REQUIRED WORK: The expected answer is the set of lines in the data below between the line holding "f 78 224 171" and the line holding "f 183 122 185", inclusive, written out exactly.

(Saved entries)
● ● ●

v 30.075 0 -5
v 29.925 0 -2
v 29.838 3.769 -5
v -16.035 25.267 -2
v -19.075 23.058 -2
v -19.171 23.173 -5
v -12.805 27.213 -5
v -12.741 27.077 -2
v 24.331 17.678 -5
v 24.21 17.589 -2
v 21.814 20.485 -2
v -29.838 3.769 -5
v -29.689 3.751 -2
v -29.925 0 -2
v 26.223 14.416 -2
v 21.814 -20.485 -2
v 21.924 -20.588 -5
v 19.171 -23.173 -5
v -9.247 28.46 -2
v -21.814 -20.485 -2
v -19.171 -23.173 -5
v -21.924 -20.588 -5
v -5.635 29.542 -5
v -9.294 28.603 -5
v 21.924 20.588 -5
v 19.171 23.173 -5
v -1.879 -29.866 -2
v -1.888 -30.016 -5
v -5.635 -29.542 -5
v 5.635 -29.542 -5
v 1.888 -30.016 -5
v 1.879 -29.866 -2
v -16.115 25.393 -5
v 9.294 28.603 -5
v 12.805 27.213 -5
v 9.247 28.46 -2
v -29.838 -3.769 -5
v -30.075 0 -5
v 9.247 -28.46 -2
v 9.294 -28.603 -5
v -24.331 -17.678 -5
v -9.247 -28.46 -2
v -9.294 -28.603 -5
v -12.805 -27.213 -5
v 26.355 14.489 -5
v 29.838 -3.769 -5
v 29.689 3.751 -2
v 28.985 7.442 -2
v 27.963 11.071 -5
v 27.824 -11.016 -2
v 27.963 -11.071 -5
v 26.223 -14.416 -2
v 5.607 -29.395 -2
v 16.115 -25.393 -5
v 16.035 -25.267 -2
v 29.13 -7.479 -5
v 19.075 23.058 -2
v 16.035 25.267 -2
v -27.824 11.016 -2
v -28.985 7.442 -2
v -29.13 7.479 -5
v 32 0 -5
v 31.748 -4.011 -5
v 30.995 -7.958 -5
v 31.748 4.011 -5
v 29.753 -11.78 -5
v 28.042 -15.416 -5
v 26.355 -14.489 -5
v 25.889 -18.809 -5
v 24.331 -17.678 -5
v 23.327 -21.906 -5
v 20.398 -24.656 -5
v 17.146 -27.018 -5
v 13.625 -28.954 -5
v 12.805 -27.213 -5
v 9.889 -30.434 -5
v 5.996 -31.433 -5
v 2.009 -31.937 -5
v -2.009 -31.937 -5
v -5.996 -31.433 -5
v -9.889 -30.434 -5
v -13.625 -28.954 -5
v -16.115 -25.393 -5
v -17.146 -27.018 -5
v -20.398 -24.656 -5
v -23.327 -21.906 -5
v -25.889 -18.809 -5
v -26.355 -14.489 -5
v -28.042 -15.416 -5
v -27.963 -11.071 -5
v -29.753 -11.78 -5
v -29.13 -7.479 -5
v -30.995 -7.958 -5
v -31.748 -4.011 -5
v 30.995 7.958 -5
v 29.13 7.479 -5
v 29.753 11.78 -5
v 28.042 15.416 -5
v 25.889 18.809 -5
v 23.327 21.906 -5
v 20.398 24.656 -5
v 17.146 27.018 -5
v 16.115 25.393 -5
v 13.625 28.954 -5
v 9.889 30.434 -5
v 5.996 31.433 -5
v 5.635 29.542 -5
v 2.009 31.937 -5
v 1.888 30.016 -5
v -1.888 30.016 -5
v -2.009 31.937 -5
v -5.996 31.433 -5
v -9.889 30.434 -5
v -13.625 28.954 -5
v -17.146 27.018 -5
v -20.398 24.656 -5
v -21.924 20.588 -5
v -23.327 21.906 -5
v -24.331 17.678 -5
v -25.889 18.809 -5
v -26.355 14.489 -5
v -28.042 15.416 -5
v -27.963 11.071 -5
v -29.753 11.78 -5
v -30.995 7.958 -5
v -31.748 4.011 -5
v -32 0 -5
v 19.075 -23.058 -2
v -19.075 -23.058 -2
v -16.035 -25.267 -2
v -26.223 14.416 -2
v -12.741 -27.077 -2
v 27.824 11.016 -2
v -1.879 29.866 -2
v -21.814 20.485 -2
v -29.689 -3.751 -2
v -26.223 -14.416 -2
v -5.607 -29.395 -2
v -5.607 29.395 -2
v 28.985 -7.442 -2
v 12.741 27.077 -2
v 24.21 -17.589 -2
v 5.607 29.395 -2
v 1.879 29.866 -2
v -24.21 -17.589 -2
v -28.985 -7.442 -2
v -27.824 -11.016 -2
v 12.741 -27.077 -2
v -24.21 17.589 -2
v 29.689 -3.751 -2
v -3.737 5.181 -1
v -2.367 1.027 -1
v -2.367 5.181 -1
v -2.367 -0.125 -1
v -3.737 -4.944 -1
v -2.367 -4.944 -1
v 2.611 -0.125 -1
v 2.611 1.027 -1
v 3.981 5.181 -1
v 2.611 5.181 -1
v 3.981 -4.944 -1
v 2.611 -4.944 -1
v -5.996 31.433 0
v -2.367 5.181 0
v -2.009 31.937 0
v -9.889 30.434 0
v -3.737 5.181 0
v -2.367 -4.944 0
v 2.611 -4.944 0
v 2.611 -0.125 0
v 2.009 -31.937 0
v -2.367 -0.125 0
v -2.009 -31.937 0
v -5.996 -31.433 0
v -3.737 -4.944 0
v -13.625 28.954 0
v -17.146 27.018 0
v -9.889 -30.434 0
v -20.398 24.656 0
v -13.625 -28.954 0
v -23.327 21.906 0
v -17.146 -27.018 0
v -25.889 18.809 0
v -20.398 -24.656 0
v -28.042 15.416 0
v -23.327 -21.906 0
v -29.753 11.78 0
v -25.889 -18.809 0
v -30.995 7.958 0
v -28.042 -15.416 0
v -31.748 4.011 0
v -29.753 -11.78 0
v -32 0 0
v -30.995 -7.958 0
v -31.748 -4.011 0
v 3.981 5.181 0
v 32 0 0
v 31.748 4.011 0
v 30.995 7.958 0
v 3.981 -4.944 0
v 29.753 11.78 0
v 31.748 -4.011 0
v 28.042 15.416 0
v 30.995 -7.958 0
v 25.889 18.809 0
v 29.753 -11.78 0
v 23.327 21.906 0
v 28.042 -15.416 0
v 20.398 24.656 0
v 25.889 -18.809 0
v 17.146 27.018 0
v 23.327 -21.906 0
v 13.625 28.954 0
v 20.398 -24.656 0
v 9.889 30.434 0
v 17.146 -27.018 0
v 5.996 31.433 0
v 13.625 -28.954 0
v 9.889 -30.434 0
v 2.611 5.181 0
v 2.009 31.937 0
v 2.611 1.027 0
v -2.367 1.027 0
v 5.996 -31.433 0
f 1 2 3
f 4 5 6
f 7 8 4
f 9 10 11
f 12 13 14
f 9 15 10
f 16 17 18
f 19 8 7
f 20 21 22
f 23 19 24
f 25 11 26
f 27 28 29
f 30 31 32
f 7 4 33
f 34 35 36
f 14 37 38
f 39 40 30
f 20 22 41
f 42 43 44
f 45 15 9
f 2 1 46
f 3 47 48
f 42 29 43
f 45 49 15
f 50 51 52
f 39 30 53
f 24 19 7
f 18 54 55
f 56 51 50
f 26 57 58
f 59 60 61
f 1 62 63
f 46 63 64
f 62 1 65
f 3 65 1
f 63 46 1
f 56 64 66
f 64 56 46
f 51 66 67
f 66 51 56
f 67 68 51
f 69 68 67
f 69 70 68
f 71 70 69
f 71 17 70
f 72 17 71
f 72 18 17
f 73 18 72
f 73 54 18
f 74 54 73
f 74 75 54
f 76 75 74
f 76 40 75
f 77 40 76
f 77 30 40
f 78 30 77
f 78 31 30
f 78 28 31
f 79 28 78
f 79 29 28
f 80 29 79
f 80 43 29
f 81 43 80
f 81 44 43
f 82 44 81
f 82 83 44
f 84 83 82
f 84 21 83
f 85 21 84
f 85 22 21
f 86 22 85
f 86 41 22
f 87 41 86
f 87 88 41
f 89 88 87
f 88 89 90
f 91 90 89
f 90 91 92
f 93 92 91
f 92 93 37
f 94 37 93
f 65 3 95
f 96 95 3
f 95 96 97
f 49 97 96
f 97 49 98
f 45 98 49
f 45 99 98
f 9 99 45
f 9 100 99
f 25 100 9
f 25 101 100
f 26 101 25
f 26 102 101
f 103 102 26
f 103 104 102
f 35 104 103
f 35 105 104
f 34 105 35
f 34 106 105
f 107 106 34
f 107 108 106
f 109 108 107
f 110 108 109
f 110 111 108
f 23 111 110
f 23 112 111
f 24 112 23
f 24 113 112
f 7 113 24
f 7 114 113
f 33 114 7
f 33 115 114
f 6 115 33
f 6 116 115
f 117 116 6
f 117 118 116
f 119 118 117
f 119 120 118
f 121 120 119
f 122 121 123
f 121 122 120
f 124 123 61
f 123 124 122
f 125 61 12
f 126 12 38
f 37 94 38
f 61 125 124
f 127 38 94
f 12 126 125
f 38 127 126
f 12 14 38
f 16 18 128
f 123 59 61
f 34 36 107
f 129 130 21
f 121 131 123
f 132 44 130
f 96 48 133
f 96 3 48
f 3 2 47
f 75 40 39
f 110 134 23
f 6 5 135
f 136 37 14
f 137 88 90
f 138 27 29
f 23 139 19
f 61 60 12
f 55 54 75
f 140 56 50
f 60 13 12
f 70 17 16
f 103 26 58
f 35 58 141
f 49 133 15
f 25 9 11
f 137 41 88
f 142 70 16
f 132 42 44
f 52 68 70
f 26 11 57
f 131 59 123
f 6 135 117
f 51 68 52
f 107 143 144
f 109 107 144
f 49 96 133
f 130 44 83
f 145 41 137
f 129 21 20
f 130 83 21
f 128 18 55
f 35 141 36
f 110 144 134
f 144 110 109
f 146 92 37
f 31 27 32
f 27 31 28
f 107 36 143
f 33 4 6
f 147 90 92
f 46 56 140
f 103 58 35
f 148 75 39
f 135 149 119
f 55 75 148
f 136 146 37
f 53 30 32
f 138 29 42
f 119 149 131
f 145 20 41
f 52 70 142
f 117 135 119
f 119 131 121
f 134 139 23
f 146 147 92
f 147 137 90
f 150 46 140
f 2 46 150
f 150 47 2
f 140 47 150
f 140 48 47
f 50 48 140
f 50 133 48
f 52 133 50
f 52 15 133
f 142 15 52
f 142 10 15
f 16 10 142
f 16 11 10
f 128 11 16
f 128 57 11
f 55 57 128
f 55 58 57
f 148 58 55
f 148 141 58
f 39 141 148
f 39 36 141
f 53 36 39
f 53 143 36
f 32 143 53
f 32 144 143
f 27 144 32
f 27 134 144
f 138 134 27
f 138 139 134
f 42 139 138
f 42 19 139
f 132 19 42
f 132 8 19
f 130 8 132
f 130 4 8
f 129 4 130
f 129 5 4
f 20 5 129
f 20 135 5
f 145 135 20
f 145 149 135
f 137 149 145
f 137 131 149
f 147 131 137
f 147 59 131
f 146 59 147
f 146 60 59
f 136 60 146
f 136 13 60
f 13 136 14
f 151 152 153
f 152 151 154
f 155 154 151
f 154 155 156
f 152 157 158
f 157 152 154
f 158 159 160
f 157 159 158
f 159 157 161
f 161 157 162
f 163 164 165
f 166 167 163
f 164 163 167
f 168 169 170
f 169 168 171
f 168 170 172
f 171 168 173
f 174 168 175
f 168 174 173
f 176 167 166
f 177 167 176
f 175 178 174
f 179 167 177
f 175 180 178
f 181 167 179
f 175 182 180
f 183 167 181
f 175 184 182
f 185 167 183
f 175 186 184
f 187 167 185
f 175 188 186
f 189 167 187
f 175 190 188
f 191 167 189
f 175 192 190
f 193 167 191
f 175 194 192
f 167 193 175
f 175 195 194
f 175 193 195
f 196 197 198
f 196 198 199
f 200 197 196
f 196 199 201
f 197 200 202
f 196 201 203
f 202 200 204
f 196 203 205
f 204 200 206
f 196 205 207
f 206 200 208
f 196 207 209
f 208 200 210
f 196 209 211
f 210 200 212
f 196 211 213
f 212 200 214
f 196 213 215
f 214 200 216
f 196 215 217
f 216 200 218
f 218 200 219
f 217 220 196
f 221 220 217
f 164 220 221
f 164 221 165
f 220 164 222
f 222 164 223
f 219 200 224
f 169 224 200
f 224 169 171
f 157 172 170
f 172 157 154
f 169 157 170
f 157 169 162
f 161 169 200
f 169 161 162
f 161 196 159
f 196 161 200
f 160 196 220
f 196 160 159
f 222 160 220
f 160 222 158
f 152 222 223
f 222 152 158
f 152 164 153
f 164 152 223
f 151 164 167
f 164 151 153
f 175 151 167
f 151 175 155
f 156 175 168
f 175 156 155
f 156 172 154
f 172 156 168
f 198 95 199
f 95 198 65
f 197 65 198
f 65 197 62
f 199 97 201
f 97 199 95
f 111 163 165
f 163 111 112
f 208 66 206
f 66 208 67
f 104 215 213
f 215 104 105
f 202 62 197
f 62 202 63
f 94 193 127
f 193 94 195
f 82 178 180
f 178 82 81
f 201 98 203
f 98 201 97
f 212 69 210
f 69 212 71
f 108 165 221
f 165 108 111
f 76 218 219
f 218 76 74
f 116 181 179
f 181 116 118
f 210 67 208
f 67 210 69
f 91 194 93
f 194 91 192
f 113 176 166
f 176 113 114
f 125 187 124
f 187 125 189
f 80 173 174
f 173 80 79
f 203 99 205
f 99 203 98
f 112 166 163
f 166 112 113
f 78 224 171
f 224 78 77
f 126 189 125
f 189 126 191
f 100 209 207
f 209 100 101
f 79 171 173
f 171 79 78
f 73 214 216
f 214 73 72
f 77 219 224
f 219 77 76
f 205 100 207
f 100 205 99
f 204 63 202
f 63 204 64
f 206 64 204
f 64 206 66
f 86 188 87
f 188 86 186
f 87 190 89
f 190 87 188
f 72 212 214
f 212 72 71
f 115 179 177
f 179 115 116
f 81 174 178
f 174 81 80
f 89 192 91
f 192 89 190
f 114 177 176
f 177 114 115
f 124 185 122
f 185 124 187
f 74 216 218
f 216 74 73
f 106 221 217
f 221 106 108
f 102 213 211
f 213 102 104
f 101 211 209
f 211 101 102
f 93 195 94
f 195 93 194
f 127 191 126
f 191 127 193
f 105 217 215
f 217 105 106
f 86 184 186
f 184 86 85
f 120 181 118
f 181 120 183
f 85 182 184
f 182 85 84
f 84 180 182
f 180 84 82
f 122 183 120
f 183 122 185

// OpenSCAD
$fn = 50;


difference() {
	union() {
		translate(v = [0, 0, -5.0000000000]) {
			cylinder(h = 5, r = 32.0000000000);
		}
	}
	union() {
		#translate(v = [0, 0, -5.0000000000]) {
			cylinder(h = 3, r1 = 30.0750000000, r2 = 29.9250000000);
		}
		translate(v = [0, 0, -1]) {
			linear_extrude(height = 1) {
				text(font = "Impact", halign = "center", size = 10, text = "H", valign = "center");
			}
		}
	}
}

● ● ●

YOUR RESPONSE:
f 78 224 171
f 224 78 77
f 126 189 125
f 189 126 191
f 100 209 207
f 209 100 101
f 79 171 173
f 171 79 78
f 73 214 216
f 214 73 72
f 77 219 224
f 219 77 76
f 205 100 207
f 100 205 99
f 204 63 202
f 63 204 64
f 206 64 204
f 64 206 66
f 86 188 87
f 188 86 186
f 87 190 89
f 190 87 188
f 72 212 214
f 212 72 71
f 115 179 177
f 179 115 116
f 81 174 178
f 174 81 80
f 89 192 91
f 192 89 190
f 114 177 176
f 177 114 115
f 124 185 122
f 185 124 187
f 74 216 218
f 216 74 73
f 106 221 217
f 221 106 108
f 102 213 211
f 213 102 104
f 101 211 209
f 211 101 102
f 93 195 94
f 195 93 194
f 127 191 126
f 191 127 193
f 105 217 215
f 217 105 106
f 86 184 186
f 184 86 85
f 120 181 118
f 181 120 183
f 85 182 184
f 182 85 84
f 84 180 182
f 180 84 82
f 122 183 120
f 183 122 185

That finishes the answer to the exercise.